YOUR GOAL: Using the listing below, set down each line from the line containing "#132=CARTESIAN_POINT('',(-4.8895,11.995787,-10.179008));" through the line containing "A parametric FreeCAD", both ends included, exactly and with nothing added.

DATA PROVIDED:
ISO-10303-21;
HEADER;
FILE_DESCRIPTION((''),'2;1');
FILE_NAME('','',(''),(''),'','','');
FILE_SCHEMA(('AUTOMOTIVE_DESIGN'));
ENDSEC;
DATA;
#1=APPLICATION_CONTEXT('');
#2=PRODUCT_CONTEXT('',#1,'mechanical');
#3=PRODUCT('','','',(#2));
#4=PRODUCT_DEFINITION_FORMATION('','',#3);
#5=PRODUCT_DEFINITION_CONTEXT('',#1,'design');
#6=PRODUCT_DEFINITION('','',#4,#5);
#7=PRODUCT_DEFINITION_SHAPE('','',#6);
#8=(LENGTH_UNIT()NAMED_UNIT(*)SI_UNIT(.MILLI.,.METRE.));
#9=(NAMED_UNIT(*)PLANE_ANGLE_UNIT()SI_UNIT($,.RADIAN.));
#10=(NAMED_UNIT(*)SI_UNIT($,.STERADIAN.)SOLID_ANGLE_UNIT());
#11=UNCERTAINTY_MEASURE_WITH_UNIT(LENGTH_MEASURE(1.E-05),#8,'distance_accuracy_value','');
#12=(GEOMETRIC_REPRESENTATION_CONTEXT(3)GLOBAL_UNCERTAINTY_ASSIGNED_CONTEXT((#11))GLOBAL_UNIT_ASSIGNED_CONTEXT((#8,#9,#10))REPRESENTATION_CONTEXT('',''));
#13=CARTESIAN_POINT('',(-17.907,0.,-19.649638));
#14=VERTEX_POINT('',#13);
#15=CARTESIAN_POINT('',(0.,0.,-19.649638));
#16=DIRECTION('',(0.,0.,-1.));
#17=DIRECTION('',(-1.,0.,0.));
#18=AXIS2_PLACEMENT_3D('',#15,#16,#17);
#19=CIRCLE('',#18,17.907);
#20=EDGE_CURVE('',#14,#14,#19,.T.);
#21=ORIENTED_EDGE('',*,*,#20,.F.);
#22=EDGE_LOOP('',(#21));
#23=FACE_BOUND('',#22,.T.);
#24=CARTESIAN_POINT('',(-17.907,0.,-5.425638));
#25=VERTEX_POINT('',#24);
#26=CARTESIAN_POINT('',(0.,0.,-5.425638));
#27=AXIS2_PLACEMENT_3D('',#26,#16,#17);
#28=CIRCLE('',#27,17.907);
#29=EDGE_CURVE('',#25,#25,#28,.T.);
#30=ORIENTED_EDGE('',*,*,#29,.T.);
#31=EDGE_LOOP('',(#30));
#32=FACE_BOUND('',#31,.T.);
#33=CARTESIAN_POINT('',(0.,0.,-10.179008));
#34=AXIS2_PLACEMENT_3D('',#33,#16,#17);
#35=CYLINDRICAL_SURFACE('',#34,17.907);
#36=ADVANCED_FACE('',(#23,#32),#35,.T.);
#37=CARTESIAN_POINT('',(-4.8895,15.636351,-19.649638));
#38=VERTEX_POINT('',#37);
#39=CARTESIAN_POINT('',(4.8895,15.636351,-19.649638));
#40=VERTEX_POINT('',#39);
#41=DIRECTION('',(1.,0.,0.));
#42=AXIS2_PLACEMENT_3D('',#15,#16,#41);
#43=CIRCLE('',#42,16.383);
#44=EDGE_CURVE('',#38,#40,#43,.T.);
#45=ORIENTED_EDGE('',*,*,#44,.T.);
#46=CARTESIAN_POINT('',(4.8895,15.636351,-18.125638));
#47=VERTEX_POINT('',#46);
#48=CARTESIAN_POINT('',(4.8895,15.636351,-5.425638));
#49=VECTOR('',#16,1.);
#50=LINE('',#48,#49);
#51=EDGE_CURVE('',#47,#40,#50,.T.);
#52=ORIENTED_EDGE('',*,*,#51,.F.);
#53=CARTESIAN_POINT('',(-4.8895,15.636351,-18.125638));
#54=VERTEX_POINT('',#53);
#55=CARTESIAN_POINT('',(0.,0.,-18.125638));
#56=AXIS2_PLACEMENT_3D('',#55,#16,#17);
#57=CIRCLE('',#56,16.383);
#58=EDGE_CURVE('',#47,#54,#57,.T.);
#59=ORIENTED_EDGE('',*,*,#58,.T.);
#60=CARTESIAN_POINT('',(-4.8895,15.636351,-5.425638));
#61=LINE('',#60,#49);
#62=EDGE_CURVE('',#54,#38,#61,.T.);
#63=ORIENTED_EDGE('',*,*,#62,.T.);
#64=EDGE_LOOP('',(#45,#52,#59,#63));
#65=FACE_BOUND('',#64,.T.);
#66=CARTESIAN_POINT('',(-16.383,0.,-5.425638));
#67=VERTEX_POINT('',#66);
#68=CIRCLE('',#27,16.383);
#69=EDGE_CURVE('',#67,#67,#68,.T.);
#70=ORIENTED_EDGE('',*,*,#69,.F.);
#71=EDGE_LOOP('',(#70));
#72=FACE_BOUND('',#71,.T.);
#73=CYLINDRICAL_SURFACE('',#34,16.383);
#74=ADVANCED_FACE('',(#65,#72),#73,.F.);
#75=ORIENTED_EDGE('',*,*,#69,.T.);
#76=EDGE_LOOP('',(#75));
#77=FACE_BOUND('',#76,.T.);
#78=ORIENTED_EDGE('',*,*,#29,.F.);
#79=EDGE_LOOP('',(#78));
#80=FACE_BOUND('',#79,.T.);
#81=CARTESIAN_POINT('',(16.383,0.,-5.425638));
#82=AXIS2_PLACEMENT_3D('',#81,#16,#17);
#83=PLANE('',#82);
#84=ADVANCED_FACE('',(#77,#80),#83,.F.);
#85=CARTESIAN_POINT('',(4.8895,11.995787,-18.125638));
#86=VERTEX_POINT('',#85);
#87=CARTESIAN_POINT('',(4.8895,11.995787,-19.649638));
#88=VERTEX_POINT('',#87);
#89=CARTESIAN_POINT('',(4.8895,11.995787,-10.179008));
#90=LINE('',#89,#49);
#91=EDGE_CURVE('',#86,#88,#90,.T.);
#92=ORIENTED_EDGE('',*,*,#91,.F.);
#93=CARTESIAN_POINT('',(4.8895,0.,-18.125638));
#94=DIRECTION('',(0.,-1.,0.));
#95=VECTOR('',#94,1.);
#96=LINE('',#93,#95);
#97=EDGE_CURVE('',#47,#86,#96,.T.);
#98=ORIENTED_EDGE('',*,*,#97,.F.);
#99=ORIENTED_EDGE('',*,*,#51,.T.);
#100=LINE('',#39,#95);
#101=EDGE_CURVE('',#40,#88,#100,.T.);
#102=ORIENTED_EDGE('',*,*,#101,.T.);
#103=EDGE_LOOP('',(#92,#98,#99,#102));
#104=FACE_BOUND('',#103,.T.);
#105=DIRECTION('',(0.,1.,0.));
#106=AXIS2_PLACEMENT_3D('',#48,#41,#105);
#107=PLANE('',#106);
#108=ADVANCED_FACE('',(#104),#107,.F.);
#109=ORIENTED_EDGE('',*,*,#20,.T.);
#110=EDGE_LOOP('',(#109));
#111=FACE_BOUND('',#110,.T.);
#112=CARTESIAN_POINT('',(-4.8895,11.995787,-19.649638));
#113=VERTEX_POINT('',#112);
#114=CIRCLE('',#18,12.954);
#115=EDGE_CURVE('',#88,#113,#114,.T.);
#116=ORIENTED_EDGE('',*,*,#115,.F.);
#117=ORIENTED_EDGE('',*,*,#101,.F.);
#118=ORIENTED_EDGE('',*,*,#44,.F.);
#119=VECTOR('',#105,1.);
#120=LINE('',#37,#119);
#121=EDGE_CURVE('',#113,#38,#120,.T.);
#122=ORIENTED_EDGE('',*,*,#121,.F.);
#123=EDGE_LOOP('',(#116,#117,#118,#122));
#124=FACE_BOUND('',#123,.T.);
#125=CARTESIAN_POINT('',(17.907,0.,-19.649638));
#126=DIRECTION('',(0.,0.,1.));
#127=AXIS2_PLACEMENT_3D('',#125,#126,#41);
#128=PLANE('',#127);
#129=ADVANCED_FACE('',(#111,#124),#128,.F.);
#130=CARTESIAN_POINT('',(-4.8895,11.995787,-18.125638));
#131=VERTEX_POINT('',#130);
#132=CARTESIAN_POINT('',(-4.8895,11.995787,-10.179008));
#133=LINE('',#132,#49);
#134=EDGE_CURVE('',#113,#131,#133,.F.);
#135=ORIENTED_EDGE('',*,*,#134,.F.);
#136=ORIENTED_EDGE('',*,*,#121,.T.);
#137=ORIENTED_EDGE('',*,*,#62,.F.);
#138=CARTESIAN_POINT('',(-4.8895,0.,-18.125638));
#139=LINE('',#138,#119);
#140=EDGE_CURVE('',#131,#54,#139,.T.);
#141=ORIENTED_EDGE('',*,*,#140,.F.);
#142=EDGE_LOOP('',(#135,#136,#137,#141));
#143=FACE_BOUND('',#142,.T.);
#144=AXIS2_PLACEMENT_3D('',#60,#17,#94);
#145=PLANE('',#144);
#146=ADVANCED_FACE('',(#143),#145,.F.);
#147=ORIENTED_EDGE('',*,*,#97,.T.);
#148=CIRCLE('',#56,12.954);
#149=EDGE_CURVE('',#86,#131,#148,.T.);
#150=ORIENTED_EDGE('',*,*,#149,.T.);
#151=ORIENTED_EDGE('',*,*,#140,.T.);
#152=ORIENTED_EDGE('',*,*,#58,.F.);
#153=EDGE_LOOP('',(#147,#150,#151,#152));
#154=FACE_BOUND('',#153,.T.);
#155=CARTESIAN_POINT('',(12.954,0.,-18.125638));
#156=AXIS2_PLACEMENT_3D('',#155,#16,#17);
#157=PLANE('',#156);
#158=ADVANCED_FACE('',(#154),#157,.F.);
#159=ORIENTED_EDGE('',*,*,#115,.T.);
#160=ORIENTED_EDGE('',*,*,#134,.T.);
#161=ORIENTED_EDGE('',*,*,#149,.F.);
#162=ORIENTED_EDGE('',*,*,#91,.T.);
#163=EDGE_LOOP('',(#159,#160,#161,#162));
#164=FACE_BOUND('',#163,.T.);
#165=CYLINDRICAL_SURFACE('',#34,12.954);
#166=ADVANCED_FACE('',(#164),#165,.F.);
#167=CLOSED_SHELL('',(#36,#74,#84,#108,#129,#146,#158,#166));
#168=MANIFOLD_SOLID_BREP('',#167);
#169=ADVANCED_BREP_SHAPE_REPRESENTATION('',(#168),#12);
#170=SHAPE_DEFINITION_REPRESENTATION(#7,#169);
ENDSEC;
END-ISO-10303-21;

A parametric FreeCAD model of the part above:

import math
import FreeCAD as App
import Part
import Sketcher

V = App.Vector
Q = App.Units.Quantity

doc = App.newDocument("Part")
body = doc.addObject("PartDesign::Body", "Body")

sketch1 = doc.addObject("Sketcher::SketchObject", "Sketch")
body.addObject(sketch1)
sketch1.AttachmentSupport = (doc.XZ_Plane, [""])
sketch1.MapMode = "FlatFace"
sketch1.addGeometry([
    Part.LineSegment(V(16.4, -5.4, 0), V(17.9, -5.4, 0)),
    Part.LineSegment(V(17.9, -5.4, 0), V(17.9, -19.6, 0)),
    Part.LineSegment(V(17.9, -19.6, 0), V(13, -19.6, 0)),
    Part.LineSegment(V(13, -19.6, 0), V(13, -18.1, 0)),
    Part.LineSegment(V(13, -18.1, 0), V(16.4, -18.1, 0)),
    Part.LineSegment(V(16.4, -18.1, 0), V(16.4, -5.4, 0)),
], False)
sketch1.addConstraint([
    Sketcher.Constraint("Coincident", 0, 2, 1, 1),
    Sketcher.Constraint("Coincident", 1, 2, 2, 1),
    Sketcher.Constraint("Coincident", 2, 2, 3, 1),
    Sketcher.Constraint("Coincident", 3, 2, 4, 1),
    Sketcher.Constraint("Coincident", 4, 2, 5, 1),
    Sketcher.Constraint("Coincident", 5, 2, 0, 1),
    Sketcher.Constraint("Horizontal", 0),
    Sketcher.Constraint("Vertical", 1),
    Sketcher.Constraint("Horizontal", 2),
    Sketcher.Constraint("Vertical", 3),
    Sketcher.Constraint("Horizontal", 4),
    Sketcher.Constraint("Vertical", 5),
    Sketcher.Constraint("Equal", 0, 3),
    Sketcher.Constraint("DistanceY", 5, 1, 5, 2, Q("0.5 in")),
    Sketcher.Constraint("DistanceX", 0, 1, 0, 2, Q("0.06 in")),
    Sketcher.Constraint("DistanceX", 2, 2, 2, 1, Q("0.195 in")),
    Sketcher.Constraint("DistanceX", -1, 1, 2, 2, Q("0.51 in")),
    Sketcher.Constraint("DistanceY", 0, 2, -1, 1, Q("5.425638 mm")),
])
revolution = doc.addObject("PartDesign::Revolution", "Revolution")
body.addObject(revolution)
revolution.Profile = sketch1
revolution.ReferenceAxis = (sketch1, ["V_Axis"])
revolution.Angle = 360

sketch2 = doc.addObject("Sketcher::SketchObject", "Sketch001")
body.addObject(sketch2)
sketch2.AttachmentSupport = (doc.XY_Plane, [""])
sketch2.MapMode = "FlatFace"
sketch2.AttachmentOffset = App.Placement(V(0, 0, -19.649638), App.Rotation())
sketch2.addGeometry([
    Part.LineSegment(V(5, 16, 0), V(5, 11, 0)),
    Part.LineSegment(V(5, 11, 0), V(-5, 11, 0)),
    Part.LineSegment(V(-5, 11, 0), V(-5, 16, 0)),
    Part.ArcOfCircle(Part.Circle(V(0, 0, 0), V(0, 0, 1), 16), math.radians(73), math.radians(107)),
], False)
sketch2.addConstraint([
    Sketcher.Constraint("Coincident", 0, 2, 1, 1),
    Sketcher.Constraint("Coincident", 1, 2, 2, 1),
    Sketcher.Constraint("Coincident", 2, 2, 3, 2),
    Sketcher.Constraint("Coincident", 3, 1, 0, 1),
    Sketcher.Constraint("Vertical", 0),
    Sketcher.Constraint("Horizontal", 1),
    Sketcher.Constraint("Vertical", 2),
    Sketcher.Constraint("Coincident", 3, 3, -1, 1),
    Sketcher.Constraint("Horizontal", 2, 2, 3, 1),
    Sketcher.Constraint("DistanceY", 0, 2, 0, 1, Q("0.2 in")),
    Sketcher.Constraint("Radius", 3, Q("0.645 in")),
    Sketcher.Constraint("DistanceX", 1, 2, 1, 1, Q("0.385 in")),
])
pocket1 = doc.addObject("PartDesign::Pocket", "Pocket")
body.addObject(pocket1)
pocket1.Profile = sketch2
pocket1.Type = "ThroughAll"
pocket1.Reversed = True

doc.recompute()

OUTPUT BELOW:
#132=CARTESIAN_POINT('',(-4.8895,11.995787,-10.179008));
#133=LINE('',#132,#49);
#134=EDGE_CURVE('',#113,#131,#133,.F.);
#135=ORIENTED_EDGE('',*,*,#134,.F.);
#136=ORIENTED_EDGE('',*,*,#121,.T.);
#137=ORIENTED_EDGE('',*,*,#62,.F.);
#138=CARTESIAN_POINT('',(-4.8895,0.,-18.125638));
#139=LINE('',#138,#119);
#140=EDGE_CURVE('',#131,#54,#139,.T.);
#141=ORIENTED_EDGE('',*,*,#140,.F.);
#142=EDGE_LOOP('',(#135,#136,#137,#141));
#143=FACE_BOUND('',#142,.T.);
#144=AXIS2_PLACEMENT_3D('',#60,#17,#94);
#145=PLANE('',#144);
#146=ADVANCED_FACE('',(#143),#145,.F.);
#147=ORIENTED_EDGE('',*,*,#97,.T.);
#148=CIRCLE('',#56,12.954);
#149=EDGE_CURVE('',#86,#131,#148,.T.);
#150=ORIENTED_EDGE('',*,*,#149,.T.);
#151=ORIENTED_EDGE('',*,*,#140,.T.);
#152=ORIENTED_EDGE('',*,*,#58,.F.);
#153=EDGE_LOOP('',(#147,#150,#151,#152));
#154=FACE_BOUND('',#153,.T.);
#155=CARTESIAN_POINT('',(12.954,0.,-18.125638));
#156=AXIS2_PLACEMENT_3D('',#155,#16,#17);
#157=PLANE('',#156);
#158=ADVANCED_FACE('',(#154),#157,.F.);
#159=ORIENTED_EDGE('',*,*,#115,.T.);
#160=ORIENTED_EDGE('',*,*,#134,.T.);
#161=ORIENTED_EDGE('',*,*,#149,.F.);
#162=ORIENTED_EDGE('',*,*,#91,.T.);
#163=EDGE_LOOP('',(#159,#160,#161,#162));
#164=FACE_BOUND('',#163,.T.);
#165=CYLINDRICAL_SURFACE('',#34,12.954);
#166=ADVANCED_FACE('',(#164),#165,.F.);
#167=CLOSED_SHELL('',(#36,#74,#84,#108,#129,#146,#158,#166));
#168=MANIFOLD_SOLID_BREP('',#167);
#169=ADVANCED_BREP_SHAPE_REPRESENTATION('',(#168),#12);
#170=SHAPE_DEFINITION_REPRESENTATION(#7,#169);
ENDSEC;
END-ISO-10303-21;

A parametric FreeCAD model of the part above:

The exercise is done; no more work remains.